## Stored items
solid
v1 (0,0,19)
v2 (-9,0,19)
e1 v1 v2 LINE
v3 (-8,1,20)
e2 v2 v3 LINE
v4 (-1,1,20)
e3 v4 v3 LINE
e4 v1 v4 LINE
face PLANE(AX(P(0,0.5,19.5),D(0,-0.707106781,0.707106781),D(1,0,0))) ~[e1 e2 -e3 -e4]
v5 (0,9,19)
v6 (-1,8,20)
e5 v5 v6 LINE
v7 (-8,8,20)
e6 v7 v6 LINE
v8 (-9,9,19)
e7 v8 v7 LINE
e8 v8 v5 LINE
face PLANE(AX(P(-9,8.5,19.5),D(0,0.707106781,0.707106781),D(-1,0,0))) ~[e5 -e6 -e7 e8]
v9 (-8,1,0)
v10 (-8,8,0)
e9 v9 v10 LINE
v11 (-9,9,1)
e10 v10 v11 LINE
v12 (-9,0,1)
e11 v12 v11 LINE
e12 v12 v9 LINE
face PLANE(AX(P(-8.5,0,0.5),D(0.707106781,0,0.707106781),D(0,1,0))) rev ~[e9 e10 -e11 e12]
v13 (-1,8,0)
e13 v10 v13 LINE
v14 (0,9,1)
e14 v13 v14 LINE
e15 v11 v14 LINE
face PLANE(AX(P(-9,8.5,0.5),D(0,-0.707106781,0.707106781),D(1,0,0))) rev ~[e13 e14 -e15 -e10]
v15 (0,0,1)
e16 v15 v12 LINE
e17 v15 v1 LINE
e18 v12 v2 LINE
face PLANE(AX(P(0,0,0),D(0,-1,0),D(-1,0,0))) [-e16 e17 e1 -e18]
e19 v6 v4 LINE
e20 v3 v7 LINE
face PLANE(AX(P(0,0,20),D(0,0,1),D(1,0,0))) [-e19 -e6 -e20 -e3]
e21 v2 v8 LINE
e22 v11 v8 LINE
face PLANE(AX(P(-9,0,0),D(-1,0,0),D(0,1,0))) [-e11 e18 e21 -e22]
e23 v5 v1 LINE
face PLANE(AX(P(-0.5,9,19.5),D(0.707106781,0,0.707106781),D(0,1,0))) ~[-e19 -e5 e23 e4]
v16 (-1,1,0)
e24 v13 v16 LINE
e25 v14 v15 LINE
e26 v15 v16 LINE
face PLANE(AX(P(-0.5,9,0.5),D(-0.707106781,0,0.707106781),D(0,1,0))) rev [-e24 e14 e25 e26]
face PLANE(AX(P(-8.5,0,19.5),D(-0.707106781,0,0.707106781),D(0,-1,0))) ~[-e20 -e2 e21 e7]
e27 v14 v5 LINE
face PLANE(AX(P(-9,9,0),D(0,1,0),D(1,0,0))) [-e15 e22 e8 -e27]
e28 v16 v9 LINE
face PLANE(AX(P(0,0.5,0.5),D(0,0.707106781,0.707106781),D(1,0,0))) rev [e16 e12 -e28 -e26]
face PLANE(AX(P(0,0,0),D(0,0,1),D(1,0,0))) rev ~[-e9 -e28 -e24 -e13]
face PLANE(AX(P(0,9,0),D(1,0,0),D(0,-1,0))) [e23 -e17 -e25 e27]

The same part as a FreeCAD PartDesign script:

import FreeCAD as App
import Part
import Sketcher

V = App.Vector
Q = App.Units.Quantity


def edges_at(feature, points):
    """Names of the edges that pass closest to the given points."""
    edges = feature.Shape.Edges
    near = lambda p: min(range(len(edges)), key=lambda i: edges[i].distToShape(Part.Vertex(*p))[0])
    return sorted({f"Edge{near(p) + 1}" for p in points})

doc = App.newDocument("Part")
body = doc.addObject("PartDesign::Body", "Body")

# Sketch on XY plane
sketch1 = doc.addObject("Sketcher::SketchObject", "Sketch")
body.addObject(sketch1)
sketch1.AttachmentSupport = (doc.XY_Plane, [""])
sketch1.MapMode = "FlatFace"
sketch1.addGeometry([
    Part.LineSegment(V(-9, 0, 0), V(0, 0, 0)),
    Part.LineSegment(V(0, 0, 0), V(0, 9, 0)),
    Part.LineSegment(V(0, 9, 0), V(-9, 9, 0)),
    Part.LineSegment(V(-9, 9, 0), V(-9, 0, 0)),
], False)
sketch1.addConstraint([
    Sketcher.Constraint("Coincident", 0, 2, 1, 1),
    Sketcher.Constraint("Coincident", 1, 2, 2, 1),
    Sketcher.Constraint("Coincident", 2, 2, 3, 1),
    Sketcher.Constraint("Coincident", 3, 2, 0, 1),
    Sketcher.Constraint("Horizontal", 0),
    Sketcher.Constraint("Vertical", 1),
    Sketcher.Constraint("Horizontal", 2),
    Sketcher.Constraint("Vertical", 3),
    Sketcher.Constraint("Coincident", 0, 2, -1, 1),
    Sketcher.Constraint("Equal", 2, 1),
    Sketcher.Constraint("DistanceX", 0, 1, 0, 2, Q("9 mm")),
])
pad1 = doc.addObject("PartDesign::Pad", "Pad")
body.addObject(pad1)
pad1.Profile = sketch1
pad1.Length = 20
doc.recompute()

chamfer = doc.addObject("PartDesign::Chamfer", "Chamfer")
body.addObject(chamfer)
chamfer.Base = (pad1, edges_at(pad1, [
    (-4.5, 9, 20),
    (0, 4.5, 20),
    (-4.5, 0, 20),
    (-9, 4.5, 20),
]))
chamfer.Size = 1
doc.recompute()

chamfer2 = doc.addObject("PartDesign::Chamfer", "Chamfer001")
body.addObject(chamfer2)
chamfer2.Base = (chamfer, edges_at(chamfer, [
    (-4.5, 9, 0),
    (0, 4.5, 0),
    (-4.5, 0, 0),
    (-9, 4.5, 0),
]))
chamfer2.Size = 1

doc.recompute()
---
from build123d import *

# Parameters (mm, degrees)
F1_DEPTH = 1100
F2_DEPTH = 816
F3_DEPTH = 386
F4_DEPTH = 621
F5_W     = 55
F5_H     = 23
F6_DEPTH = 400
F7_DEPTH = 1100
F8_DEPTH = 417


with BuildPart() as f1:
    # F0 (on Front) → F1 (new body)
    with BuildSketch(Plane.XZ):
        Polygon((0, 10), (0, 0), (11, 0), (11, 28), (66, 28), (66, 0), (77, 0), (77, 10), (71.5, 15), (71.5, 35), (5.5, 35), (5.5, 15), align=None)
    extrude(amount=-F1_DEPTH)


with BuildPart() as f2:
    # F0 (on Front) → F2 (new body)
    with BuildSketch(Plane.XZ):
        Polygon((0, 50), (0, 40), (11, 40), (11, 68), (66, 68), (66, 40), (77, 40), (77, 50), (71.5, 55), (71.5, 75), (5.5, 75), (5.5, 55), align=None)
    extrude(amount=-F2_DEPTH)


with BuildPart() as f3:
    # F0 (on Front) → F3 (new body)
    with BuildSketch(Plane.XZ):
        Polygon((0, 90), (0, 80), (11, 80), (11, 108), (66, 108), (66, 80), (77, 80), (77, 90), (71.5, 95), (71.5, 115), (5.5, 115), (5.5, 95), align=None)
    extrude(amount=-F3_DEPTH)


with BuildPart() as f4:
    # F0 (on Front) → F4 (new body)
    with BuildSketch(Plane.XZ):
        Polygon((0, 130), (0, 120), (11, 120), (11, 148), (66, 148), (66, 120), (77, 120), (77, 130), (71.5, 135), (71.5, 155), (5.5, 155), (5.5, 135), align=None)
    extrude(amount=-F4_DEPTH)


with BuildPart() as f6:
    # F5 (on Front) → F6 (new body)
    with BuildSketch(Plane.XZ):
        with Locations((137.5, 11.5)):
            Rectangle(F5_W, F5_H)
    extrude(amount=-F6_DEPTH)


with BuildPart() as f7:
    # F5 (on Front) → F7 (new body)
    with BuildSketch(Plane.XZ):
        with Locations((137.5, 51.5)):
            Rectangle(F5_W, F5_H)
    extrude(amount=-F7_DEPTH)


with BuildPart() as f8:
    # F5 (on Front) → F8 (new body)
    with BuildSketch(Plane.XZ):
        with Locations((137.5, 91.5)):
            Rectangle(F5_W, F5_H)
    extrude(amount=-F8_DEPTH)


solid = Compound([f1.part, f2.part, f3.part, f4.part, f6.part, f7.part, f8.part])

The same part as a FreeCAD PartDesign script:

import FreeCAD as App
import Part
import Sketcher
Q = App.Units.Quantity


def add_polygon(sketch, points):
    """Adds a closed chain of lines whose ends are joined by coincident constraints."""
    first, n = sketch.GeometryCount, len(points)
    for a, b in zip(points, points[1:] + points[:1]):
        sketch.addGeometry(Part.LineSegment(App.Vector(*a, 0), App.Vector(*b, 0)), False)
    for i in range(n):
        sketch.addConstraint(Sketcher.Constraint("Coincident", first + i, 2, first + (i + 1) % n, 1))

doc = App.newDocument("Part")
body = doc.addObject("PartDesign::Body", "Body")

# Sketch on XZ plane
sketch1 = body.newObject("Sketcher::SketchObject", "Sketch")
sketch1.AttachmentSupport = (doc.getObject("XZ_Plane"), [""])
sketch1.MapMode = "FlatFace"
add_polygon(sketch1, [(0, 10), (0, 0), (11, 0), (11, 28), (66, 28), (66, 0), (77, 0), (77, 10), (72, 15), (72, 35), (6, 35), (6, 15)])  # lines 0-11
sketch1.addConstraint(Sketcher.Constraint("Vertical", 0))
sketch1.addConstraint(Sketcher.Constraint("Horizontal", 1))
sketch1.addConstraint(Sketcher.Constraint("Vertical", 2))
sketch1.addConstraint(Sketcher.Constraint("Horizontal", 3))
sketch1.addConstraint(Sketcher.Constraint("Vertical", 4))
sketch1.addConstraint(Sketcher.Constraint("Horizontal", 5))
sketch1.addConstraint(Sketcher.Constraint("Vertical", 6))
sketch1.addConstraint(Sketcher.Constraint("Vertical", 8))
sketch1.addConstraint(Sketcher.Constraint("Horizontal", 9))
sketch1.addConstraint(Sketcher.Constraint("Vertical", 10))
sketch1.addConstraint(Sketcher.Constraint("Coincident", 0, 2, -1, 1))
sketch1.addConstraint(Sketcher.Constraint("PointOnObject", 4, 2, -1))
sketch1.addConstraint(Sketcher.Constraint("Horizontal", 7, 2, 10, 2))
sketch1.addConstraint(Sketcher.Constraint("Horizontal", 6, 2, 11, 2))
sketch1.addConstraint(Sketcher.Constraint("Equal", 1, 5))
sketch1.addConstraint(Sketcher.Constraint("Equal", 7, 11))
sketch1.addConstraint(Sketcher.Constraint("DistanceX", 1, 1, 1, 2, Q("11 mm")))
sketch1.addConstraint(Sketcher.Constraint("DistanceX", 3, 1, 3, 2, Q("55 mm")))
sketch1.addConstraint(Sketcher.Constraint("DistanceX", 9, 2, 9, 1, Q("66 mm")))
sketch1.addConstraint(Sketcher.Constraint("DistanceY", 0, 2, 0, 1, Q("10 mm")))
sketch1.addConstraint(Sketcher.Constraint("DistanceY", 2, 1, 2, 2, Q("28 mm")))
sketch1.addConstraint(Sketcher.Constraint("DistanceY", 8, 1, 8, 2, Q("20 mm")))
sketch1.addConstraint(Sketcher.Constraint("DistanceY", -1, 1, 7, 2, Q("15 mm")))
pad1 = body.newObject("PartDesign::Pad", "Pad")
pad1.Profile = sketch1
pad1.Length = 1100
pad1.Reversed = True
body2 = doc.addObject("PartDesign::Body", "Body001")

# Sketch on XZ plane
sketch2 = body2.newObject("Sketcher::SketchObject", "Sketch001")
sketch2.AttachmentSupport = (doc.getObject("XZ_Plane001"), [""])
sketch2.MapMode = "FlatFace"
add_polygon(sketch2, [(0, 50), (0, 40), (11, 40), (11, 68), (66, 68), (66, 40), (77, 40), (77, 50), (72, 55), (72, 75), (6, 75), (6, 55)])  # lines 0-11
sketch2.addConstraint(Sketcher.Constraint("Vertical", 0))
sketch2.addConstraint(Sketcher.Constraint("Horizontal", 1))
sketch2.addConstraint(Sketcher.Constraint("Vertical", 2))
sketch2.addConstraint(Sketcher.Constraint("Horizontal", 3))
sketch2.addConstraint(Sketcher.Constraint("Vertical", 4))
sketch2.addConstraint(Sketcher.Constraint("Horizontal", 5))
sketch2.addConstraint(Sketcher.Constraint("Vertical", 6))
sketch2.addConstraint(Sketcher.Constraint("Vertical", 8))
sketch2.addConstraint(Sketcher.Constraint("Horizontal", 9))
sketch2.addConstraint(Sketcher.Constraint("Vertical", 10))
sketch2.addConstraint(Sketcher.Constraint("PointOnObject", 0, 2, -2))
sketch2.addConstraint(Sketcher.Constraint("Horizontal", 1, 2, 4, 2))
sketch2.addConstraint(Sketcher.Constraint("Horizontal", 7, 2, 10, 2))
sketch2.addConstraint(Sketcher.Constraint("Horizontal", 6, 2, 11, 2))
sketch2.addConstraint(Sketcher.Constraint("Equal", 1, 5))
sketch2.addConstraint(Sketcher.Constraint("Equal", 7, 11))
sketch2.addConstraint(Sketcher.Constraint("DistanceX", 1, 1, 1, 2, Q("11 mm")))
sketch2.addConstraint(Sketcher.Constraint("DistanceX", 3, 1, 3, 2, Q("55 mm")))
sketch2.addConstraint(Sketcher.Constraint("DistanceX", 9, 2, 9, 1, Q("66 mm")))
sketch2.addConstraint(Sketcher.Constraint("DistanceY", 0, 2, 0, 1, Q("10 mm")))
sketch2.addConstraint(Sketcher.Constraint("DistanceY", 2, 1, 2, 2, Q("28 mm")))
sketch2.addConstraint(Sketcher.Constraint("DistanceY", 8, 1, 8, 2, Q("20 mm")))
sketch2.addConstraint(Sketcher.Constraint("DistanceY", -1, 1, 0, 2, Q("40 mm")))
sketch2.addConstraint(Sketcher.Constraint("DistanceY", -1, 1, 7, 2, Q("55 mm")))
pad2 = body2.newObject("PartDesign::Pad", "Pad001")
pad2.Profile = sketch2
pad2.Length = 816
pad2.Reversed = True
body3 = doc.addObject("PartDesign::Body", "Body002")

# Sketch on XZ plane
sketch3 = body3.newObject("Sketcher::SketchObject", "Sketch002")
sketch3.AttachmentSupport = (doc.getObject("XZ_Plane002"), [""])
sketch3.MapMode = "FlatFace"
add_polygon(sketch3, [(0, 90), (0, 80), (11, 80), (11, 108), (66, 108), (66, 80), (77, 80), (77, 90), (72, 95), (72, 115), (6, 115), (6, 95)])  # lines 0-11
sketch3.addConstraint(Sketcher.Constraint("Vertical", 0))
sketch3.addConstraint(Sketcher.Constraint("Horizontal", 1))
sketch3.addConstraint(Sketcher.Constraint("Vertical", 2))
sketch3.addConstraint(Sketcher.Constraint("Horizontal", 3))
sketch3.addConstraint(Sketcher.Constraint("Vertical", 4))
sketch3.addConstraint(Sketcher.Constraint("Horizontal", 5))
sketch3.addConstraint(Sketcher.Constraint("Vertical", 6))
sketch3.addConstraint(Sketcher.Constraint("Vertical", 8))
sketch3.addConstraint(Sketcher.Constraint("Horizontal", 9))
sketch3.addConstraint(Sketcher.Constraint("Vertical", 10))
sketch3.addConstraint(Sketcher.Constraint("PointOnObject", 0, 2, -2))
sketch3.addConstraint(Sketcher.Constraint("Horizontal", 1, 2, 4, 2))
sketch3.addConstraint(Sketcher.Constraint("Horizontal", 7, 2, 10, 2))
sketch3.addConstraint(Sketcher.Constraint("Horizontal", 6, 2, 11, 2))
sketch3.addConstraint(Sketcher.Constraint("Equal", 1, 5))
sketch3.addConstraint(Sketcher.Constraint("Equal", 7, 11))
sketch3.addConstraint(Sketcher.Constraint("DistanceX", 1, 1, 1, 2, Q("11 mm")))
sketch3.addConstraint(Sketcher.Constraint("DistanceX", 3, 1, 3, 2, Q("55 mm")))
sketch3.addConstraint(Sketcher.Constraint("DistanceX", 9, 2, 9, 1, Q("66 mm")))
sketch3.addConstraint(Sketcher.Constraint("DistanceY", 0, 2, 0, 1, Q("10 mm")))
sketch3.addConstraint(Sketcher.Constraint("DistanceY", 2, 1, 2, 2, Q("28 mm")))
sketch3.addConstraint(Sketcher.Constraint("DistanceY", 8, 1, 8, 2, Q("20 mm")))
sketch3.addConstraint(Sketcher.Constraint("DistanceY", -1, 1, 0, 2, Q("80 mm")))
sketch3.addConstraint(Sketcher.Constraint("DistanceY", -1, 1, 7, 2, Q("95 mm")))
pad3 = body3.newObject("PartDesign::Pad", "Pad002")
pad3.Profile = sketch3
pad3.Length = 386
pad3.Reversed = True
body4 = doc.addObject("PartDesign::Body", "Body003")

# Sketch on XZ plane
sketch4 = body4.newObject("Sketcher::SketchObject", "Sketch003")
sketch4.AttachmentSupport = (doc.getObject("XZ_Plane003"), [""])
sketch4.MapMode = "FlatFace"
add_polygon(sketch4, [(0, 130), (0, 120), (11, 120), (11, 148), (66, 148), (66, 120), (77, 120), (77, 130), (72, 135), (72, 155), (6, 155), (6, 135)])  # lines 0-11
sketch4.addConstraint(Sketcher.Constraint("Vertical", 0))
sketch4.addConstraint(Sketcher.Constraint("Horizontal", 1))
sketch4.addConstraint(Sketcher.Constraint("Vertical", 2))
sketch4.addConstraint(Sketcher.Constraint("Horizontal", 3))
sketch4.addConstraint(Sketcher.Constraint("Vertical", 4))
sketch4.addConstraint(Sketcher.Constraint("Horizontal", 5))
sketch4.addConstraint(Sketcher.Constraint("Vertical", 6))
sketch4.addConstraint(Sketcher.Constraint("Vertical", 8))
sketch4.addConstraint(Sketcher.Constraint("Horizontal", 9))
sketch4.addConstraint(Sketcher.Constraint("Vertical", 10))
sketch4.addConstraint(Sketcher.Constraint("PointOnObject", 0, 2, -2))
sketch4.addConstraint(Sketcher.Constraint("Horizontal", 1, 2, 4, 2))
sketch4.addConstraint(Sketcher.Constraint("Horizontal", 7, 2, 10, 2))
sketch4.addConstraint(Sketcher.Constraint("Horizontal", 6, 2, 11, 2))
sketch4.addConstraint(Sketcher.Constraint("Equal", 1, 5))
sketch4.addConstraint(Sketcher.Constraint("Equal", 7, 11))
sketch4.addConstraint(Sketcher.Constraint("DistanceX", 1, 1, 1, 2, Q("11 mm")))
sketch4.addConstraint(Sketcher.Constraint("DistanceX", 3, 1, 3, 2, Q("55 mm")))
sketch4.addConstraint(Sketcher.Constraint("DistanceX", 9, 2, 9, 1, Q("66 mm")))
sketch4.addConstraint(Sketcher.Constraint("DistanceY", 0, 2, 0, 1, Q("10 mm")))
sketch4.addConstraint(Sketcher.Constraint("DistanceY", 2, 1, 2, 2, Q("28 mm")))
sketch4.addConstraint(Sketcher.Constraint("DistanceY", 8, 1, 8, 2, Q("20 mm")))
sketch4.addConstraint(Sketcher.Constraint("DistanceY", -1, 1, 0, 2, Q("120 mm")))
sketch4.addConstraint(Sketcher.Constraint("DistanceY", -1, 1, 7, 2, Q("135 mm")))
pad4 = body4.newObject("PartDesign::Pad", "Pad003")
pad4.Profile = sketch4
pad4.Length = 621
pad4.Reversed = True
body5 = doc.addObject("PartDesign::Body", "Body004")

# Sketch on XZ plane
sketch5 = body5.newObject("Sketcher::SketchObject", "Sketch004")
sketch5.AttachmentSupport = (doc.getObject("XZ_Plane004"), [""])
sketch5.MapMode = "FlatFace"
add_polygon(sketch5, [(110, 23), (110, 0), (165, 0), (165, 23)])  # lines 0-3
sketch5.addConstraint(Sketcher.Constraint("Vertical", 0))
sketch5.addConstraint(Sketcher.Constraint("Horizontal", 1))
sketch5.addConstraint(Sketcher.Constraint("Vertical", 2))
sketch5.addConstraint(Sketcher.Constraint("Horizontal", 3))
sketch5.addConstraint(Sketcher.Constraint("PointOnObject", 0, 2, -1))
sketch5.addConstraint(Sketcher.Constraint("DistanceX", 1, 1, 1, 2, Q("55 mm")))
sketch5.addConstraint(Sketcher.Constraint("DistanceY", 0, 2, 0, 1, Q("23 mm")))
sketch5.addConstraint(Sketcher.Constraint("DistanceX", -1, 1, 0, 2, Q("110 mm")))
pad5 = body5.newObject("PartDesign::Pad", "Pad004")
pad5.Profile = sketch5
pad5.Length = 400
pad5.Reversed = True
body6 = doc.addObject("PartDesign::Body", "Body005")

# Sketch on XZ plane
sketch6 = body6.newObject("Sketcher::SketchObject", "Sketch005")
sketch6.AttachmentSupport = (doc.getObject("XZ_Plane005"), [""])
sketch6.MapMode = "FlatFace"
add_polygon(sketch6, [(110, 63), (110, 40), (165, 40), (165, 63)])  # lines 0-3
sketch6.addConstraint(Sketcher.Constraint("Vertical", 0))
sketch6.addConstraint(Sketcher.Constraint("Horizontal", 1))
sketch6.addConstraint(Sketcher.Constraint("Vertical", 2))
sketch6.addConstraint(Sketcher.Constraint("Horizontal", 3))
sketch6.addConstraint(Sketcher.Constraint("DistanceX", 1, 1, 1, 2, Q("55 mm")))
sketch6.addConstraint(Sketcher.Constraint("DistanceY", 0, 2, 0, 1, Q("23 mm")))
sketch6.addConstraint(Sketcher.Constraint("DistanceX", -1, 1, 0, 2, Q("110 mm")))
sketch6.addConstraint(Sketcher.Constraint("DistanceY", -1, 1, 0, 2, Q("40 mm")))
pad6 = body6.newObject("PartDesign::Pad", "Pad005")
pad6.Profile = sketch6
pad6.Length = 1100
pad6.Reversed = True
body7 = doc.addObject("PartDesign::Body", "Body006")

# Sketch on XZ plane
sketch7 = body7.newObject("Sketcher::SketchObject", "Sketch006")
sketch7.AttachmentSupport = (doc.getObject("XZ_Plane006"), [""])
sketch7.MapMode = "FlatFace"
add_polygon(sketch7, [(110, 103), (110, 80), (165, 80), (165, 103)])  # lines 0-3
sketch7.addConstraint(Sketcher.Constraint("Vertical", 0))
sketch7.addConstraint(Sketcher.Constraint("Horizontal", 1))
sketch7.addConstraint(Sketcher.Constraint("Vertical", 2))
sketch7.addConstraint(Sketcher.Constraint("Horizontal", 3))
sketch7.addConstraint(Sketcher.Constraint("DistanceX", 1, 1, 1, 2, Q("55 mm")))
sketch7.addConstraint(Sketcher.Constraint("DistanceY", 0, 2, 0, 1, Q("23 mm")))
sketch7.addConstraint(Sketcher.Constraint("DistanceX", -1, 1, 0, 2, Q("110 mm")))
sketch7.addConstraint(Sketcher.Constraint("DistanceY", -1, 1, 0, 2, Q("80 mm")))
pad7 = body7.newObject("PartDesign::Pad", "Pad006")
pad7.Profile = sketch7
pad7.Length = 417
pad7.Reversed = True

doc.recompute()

## Assigned task
Where the word "solid" occurs in a line of the records, copy that line.

## Solved exercise
solid
solid = Compound([f1.part, f2.part, f3.part, f4.part, f6.part, f7.part, f8.part])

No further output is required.